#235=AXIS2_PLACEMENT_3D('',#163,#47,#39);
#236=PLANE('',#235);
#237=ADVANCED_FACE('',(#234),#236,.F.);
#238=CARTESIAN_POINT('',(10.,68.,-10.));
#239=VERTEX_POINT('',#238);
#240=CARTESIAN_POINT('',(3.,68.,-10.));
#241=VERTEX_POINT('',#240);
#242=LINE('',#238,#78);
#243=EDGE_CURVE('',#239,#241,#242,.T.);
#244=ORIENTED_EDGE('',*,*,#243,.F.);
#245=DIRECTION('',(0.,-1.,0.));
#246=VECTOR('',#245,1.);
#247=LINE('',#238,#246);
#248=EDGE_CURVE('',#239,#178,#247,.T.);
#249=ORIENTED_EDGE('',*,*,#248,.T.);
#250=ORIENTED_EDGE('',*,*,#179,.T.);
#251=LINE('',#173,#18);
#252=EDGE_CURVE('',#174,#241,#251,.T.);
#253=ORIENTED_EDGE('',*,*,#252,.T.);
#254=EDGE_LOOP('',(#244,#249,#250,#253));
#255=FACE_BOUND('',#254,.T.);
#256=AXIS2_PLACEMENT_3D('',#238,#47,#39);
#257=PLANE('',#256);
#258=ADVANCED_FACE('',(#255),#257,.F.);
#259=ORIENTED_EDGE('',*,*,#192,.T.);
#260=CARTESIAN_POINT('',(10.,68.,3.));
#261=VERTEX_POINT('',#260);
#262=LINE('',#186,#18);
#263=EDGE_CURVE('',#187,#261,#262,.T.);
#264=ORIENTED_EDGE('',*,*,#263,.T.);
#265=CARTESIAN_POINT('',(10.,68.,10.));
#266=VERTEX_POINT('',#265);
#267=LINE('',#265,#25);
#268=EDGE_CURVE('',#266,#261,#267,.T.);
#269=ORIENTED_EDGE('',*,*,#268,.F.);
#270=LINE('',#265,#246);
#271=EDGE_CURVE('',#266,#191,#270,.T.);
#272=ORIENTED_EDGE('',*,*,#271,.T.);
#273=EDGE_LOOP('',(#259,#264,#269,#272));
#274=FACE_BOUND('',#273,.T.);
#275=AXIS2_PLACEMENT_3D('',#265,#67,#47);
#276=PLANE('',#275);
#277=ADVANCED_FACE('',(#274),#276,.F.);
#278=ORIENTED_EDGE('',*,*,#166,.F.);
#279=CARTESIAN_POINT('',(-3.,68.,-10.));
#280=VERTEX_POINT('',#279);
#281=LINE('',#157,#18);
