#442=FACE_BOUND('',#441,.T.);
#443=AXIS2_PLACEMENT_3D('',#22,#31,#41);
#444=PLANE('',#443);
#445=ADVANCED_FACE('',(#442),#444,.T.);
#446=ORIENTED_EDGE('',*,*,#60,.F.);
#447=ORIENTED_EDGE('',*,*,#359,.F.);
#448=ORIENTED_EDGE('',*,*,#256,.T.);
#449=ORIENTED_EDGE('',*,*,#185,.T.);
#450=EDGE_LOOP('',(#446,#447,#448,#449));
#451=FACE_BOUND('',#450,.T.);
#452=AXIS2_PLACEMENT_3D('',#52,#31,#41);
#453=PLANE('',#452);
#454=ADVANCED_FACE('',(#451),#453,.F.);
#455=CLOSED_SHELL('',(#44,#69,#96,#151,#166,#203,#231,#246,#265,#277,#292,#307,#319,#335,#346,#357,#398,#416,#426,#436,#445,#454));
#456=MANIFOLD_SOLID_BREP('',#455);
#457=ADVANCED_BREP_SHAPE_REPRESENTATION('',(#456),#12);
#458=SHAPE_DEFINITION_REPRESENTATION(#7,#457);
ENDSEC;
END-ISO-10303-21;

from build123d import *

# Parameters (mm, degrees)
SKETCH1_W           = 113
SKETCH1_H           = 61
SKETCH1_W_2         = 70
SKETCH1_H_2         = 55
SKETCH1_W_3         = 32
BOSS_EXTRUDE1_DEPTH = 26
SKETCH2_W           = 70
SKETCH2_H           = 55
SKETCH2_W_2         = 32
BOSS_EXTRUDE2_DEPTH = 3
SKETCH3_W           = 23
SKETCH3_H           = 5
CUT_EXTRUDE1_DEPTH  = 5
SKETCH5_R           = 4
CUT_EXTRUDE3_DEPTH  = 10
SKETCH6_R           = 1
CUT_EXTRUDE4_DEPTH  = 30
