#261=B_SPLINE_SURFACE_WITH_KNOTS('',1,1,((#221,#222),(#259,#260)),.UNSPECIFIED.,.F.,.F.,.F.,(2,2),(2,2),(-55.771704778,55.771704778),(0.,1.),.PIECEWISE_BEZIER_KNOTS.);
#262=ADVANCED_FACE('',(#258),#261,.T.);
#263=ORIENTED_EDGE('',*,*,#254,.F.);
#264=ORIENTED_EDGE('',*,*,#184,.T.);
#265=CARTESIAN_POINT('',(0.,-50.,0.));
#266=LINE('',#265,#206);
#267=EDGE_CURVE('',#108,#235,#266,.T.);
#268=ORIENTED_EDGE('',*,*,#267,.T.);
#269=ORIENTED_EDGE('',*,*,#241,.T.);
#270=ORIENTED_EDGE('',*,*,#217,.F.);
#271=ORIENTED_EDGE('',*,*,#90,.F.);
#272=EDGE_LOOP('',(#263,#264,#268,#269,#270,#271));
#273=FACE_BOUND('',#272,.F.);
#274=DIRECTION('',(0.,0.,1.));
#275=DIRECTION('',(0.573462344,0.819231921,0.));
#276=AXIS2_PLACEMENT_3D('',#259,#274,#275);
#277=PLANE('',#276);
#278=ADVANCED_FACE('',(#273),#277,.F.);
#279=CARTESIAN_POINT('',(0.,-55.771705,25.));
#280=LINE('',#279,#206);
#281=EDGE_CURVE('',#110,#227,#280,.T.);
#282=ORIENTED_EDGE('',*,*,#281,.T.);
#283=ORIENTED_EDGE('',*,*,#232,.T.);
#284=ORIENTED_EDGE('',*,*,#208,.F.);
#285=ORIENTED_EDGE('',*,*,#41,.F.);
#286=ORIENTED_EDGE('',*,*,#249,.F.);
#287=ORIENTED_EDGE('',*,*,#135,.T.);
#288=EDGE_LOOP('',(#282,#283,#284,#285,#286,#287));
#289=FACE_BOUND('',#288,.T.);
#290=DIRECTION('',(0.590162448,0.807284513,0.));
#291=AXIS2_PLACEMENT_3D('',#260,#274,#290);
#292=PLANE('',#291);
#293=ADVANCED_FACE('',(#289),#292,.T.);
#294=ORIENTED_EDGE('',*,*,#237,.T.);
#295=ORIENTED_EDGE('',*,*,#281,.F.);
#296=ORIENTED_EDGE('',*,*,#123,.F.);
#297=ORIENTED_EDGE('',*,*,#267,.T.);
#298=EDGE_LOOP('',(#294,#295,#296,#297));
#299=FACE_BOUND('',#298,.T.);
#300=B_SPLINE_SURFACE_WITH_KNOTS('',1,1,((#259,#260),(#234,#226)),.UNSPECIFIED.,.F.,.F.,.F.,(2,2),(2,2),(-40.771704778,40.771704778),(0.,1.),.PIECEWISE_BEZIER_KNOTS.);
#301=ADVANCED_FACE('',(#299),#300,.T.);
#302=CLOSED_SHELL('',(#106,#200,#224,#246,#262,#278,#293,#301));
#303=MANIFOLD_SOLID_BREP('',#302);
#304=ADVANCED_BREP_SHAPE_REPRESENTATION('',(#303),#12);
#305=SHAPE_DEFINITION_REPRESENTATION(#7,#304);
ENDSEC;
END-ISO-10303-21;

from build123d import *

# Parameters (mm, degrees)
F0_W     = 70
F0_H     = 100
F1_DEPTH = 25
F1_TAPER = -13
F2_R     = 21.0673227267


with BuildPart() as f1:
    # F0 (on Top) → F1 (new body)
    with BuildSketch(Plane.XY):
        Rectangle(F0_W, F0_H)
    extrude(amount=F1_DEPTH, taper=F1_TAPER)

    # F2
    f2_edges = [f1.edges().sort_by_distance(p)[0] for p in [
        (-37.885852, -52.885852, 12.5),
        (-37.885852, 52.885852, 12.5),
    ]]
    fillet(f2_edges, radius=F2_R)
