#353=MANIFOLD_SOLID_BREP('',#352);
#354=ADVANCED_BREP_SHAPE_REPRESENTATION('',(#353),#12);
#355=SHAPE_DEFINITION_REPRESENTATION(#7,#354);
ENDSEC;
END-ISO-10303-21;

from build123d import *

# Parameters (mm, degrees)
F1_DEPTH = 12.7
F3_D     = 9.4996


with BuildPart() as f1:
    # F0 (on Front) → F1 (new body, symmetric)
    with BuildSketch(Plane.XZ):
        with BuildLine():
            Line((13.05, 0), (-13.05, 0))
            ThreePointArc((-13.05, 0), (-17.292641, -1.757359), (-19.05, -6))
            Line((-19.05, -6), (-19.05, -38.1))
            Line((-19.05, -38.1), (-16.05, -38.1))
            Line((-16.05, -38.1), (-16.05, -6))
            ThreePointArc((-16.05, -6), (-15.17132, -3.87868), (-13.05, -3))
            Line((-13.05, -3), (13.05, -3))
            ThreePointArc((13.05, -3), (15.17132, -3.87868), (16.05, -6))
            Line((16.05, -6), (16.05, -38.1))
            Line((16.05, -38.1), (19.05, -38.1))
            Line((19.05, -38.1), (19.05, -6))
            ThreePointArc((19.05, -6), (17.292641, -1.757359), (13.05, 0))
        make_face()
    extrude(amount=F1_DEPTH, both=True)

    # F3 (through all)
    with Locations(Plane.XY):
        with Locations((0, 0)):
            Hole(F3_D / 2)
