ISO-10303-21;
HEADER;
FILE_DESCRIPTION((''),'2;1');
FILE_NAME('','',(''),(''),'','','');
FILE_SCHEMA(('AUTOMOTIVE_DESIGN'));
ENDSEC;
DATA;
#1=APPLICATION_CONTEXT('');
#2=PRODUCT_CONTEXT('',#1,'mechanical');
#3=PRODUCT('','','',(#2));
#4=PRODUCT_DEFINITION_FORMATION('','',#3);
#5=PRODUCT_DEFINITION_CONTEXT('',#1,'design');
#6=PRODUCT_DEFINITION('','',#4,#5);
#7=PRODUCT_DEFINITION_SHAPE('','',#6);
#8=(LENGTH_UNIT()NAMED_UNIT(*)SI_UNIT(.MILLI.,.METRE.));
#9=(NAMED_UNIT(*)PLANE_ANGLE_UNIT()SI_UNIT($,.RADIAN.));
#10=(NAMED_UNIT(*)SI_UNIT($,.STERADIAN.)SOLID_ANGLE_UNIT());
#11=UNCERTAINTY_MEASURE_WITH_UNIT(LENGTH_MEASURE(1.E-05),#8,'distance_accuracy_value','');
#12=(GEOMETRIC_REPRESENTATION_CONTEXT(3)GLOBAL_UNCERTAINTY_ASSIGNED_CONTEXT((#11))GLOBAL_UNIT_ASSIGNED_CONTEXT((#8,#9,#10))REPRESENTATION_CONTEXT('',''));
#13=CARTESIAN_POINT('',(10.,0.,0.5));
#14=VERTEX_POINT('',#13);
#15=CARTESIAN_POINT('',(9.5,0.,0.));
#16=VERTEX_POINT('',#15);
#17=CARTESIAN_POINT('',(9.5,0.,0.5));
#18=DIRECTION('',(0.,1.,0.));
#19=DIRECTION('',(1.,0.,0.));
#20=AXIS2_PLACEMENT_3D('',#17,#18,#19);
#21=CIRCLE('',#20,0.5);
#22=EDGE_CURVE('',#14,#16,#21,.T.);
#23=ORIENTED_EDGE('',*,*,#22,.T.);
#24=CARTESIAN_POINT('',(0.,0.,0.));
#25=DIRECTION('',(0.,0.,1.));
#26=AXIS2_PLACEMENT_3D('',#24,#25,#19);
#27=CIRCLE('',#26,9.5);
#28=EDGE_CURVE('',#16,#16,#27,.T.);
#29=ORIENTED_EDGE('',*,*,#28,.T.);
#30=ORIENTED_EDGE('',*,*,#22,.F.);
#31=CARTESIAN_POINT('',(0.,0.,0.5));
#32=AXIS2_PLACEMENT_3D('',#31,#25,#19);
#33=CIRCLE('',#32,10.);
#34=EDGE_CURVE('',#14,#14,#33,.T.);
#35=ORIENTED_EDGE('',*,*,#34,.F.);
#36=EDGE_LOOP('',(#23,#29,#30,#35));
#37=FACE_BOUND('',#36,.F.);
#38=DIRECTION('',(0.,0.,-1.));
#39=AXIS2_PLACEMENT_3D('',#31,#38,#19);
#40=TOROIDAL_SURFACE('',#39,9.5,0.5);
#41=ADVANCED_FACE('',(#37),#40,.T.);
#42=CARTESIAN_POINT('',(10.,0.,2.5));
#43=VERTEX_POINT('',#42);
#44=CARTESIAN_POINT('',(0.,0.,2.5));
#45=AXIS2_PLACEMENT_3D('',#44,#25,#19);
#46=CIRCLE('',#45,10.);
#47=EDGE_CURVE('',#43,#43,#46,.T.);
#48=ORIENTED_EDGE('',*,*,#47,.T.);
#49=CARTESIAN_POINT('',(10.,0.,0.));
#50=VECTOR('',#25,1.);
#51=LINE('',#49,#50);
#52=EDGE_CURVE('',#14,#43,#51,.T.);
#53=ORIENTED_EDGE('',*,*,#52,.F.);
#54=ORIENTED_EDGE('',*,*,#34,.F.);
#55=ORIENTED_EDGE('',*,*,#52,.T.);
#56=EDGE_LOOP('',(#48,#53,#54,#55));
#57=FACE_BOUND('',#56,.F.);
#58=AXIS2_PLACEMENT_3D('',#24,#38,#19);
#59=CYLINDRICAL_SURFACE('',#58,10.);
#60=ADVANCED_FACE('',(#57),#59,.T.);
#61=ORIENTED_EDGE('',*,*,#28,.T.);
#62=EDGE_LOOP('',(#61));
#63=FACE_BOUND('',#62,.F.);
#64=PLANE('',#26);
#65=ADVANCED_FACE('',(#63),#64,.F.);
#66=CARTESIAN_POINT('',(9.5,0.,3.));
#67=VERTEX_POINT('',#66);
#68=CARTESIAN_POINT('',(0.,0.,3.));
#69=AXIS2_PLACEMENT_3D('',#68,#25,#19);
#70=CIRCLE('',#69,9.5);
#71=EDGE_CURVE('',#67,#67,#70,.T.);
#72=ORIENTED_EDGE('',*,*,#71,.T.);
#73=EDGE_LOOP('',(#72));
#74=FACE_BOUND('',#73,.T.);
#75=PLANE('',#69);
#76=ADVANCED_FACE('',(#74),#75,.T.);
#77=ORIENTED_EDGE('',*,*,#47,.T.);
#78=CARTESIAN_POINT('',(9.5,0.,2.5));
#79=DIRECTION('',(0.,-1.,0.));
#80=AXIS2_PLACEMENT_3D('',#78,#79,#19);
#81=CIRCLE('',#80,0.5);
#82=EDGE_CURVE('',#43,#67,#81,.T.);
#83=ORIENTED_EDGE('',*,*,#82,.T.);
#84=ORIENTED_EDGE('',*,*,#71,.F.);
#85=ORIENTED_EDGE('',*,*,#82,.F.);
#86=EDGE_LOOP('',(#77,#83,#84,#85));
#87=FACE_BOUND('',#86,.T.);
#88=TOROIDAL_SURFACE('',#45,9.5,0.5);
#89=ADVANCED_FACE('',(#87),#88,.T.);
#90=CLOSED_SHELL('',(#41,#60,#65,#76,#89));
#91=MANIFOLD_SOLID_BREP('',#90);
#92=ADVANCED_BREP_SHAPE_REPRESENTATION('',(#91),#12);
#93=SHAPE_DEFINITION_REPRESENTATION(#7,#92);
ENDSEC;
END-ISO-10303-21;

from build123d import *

# Parameters (mm, degrees)
SKETCH_R    = 10
PAD_DEPTH   = 3
FILLET_R    = 0.5
FILLET001_R = 0.5


with BuildPart() as part:
    # Sketch → Pad (new body)
    with BuildSketch(Plane.XY):
        Circle(SKETCH_R)
    extrude(amount=PAD_DEPTH)

    # Fillet
    fillet_edges = [part.edges().sort_by_distance(p)[0] for p in [
        (-10, 0, 3),
    ]]
    fillet(fillet_edges, radius=FILLET_R)

    # Fillet001
    fillet001_edges = [part.edges().sort_by_distance(p)[0] for p in [
        (-10, 0, 0),
    ]]
    fillet(fillet001_edges, radius=FILLET001_R)


solid = part.part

________________________________________

* **Work required**
Among the records above, extract exactly the lines from the line with "#247=LINE('',#238,#246);" to the line with "#259=ORIENTED_EDGE('',*,*,#192,.T.);", both lines included, and leave out the rest.

* **Exercise response**
#247=LINE('',#238,#246);
#248=EDGE_CURVE('',#239,#178,#247,.T.);
#249=ORIENTED_EDGE('',*,*,#248,.T.);
#250=ORIENTED_EDGE('',*,*,#179,.T.);
#251=LINE('',#173,#18);
#252=EDGE_CURVE('',#174,#241,#251,.T.);
#253=ORIENTED_EDGE('',*,*,#252,.T.);
#254=EDGE_LOOP('',(#244,#249,#250,#253));
#255=FACE_BOUND('',#254,.T.);
#256=AXIS2_PLACEMENT_3D('',#238,#47,#39);
#257=PLANE('',#256);
#258=ADVANCED_FACE('',(#255),#257,.F.);
#259=ORIENTED_EDGE('',*,*,#192,.T.);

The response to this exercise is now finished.